[Exercise objective] Word for word, set down every line of the entries below from the line with "#66=CARTESIAN_POINT('',(0.,-4.2,-2.));" to the line with "#123=CIRCLE('',#87,2.3);", including both, and no other line.

[Information supplied]
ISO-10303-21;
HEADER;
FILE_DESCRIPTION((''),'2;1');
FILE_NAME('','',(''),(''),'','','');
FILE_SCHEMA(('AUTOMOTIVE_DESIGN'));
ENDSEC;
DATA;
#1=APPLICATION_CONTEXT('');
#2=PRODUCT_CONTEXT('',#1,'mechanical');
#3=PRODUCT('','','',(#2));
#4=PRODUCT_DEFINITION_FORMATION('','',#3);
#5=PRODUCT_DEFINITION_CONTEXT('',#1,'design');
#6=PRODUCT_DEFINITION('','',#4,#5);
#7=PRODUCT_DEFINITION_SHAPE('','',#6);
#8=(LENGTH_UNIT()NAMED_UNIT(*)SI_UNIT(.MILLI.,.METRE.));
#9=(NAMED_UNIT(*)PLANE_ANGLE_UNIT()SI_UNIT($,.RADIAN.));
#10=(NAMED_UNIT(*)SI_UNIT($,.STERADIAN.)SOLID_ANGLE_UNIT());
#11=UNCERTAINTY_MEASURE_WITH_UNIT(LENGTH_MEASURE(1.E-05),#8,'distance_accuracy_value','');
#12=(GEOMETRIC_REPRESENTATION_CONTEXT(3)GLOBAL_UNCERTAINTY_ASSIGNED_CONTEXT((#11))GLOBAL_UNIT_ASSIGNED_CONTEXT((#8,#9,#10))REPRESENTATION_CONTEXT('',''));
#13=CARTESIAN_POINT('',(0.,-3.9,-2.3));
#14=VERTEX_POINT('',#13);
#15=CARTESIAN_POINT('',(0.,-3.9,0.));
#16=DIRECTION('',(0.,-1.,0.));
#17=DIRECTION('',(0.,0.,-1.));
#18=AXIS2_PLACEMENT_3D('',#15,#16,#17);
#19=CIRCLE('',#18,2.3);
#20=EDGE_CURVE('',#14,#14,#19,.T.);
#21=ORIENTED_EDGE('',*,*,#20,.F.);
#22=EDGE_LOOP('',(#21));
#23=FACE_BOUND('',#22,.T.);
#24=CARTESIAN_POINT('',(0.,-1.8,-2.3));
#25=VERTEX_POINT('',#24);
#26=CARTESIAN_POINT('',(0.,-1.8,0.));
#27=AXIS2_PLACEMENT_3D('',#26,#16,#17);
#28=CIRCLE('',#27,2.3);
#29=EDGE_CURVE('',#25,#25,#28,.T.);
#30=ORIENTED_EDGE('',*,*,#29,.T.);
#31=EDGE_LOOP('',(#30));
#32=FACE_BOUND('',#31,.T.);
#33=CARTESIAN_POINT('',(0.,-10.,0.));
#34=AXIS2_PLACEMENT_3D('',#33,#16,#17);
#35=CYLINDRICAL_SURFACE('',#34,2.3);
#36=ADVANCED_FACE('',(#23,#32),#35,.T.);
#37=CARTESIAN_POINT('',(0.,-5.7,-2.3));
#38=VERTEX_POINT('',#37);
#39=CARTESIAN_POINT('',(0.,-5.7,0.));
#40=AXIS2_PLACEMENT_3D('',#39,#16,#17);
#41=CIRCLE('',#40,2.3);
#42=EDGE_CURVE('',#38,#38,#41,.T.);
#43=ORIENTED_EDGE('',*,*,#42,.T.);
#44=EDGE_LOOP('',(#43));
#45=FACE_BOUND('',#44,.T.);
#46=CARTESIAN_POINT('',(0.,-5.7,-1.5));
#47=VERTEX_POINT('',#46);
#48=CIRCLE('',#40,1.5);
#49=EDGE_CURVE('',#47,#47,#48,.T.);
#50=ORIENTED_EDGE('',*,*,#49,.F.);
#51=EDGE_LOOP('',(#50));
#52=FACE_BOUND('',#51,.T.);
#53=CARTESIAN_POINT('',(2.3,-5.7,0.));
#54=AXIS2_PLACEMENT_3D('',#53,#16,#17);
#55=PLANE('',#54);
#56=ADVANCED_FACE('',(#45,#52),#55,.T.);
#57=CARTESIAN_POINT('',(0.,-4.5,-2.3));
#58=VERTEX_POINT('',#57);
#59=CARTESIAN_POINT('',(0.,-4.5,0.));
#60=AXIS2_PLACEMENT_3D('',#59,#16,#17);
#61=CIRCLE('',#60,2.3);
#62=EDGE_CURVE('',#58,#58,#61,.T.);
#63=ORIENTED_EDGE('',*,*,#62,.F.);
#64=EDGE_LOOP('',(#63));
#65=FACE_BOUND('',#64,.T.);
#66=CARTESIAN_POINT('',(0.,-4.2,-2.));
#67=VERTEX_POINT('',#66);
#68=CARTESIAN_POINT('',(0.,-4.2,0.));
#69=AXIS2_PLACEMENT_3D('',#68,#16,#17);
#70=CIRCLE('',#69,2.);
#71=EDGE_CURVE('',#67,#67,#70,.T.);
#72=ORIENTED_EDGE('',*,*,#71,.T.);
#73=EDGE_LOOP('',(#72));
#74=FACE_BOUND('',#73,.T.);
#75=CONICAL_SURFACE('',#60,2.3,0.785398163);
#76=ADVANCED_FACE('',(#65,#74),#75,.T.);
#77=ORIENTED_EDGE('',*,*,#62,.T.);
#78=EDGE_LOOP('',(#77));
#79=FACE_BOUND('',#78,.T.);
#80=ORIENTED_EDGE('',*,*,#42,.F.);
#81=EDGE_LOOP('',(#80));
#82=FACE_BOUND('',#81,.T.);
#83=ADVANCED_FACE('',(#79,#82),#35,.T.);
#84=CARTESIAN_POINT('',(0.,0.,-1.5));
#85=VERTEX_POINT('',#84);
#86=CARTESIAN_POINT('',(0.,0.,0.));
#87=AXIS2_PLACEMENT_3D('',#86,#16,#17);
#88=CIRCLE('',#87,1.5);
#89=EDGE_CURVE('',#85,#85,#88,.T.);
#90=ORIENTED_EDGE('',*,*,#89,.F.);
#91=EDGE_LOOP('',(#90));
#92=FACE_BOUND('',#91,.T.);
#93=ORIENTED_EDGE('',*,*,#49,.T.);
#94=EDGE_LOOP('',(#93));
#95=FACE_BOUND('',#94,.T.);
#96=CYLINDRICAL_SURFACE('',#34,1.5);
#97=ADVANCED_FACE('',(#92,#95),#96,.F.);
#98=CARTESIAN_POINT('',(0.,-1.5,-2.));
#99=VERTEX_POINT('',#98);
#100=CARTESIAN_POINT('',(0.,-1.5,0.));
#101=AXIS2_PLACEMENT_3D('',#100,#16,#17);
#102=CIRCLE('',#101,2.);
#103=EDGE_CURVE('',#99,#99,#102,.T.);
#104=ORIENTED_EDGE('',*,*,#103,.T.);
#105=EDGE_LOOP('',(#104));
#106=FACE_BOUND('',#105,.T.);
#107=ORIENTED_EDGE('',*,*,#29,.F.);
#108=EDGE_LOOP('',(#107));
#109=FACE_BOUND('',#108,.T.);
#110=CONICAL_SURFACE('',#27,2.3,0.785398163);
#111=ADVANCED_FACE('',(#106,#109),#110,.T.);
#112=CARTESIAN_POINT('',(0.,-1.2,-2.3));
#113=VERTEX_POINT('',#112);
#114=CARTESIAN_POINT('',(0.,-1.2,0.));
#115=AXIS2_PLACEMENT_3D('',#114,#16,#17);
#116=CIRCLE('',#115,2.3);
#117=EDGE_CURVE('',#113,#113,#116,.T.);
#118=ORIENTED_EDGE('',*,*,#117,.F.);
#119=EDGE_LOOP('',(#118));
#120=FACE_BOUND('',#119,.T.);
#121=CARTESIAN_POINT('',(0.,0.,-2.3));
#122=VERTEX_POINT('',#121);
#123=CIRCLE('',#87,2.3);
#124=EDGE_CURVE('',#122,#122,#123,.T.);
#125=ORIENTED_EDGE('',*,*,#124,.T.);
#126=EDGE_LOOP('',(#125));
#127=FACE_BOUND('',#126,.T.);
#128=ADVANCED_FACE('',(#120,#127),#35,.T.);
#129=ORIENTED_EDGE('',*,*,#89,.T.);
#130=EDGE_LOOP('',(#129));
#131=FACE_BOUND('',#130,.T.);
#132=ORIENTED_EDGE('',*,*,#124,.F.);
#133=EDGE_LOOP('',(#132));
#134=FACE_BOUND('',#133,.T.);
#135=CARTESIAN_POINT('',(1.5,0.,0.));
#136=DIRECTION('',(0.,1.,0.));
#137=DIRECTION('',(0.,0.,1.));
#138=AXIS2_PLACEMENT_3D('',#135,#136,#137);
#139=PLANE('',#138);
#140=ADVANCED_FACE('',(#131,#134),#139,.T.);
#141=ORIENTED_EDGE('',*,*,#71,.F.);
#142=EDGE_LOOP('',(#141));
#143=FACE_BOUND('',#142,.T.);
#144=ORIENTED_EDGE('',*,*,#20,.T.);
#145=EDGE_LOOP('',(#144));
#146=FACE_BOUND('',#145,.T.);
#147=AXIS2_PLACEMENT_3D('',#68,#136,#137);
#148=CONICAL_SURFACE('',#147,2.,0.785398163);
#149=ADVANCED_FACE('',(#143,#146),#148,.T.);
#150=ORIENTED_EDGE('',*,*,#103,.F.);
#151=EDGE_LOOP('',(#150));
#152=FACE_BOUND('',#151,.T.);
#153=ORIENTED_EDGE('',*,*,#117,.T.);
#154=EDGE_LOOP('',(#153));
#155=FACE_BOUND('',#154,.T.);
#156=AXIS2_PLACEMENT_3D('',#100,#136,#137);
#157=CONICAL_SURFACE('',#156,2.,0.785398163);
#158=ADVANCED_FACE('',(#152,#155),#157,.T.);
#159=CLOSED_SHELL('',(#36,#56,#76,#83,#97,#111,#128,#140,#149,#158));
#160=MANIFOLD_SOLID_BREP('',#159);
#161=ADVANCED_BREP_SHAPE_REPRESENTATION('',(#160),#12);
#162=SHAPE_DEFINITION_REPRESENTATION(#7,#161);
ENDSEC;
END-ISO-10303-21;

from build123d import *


with BuildPart() as part:
    # Sketch1 → Revolve1 (revolve)
    with BuildSketch(Plane.XY, mode=Mode.PRIVATE) as revolve1_sk:
        Polygon((1.5, 0), (2.3, 0), (2.3, -1.2), (2, -1.5), (2.3, -1.8), (2.3, -3.9), (2, -4.2), (2.3, -4.5), (2.3, -5.7), (1.5, -5.7), align=None)
    revolve(revolve1_sk.sketch.rotate(Axis((0, -10, 0), (0, 1, 0)), 90), axis=Axis((0, -10, 0), (0, 1, 0)))


solid = part.part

[Result of this exercise]
#66=CARTESIAN_POINT('',(0.,-4.2,-2.));
#67=VERTEX_POINT('',#66);
#68=CARTESIAN_POINT('',(0.,-4.2,0.));
#69=AXIS2_PLACEMENT_3D('',#68,#16,#17);
#70=CIRCLE('',#69,2.);
#71=EDGE_CURVE('',#67,#67,#70,.T.);
#72=ORIENTED_EDGE('',*,*,#71,.T.);
#73=EDGE_LOOP('',(#72));
#74=FACE_BOUND('',#73,.T.);
#75=CONICAL_SURFACE('',#60,2.3,0.785398163);
#76=ADVANCED_FACE('',(#65,#74),#75,.T.);
#77=ORIENTED_EDGE('',*,*,#62,.T.);
#78=EDGE_LOOP('',(#77));
#79=FACE_BOUND('',#78,.T.);
#80=ORIENTED_EDGE('',*,*,#42,.F.);
#81=EDGE_LOOP('',(#80));
#82=FACE_BOUND('',#81,.T.);
#83=ADVANCED_FACE('',(#79,#82),#35,.T.);
#84=CARTESIAN_POINT('',(0.,0.,-1.5));
#85=VERTEX_POINT('',#84);
#86=CARTESIAN_POINT('',(0.,0.,0.));
#87=AXIS2_PLACEMENT_3D('',#86,#16,#17);
#88=CIRCLE('',#87,1.5);
#89=EDGE_CURVE('',#85,#85,#88,.T.);
#90=ORIENTED_EDGE('',*,*,#89,.F.);
#91=EDGE_LOOP('',(#90));
#92=FACE_BOUND('',#91,.T.);
#93=ORIENTED_EDGE('',*,*,#49,.T.);
#94=EDGE_LOOP('',(#93));
#95=FACE_BOUND('',#94,.T.);
#96=CYLINDRICAL_SURFACE('',#34,1.5);
#97=ADVANCED_FACE('',(#92,#95),#96,.F.);
#98=CARTESIAN_POINT('',(0.,-1.5,-2.));
#99=VERTEX_POINT('',#98);
#100=CARTESIAN_POINT('',(0.,-1.5,0.));
#101=AXIS2_PLACEMENT_3D('',#100,#16,#17);
#102=CIRCLE('',#101,2.);
#103=EDGE_CURVE('',#99,#99,#102,.T.);
#104=ORIENTED_EDGE('',*,*,#103,.T.);
#105=EDGE_LOOP('',(#104));
#106=FACE_BOUND('',#105,.T.);
#107=ORIENTED_EDGE('',*,*,#29,.F.);
#108=EDGE_LOOP('',(#107));
#109=FACE_BOUND('',#108,.T.);
#110=CONICAL_SURFACE('',#27,2.3,0.785398163);
#111=ADVANCED_FACE('',(#106,#109),#110,.T.);
#112=CARTESIAN_POINT('',(0.,-1.2,-2.3));
#113=VERTEX_POINT('',#112);
#114=CARTESIAN_POINT('',(0.,-1.2,0.));
#115=AXIS2_PLACEMENT_3D('',#114,#16,#17);
#116=CIRCLE('',#115,2.3);
#117=EDGE_CURVE('',#113,#113,#116,.T.);
#118=ORIENTED_EDGE('',*,*,#117,.F.);
#119=EDGE_LOOP('',(#118));
#120=FACE_BOUND('',#119,.T.);
#121=CARTESIAN_POINT('',(0.,0.,-2.3));
#122=VERTEX_POINT('',#121);
#123=CIRCLE('',#87,2.3);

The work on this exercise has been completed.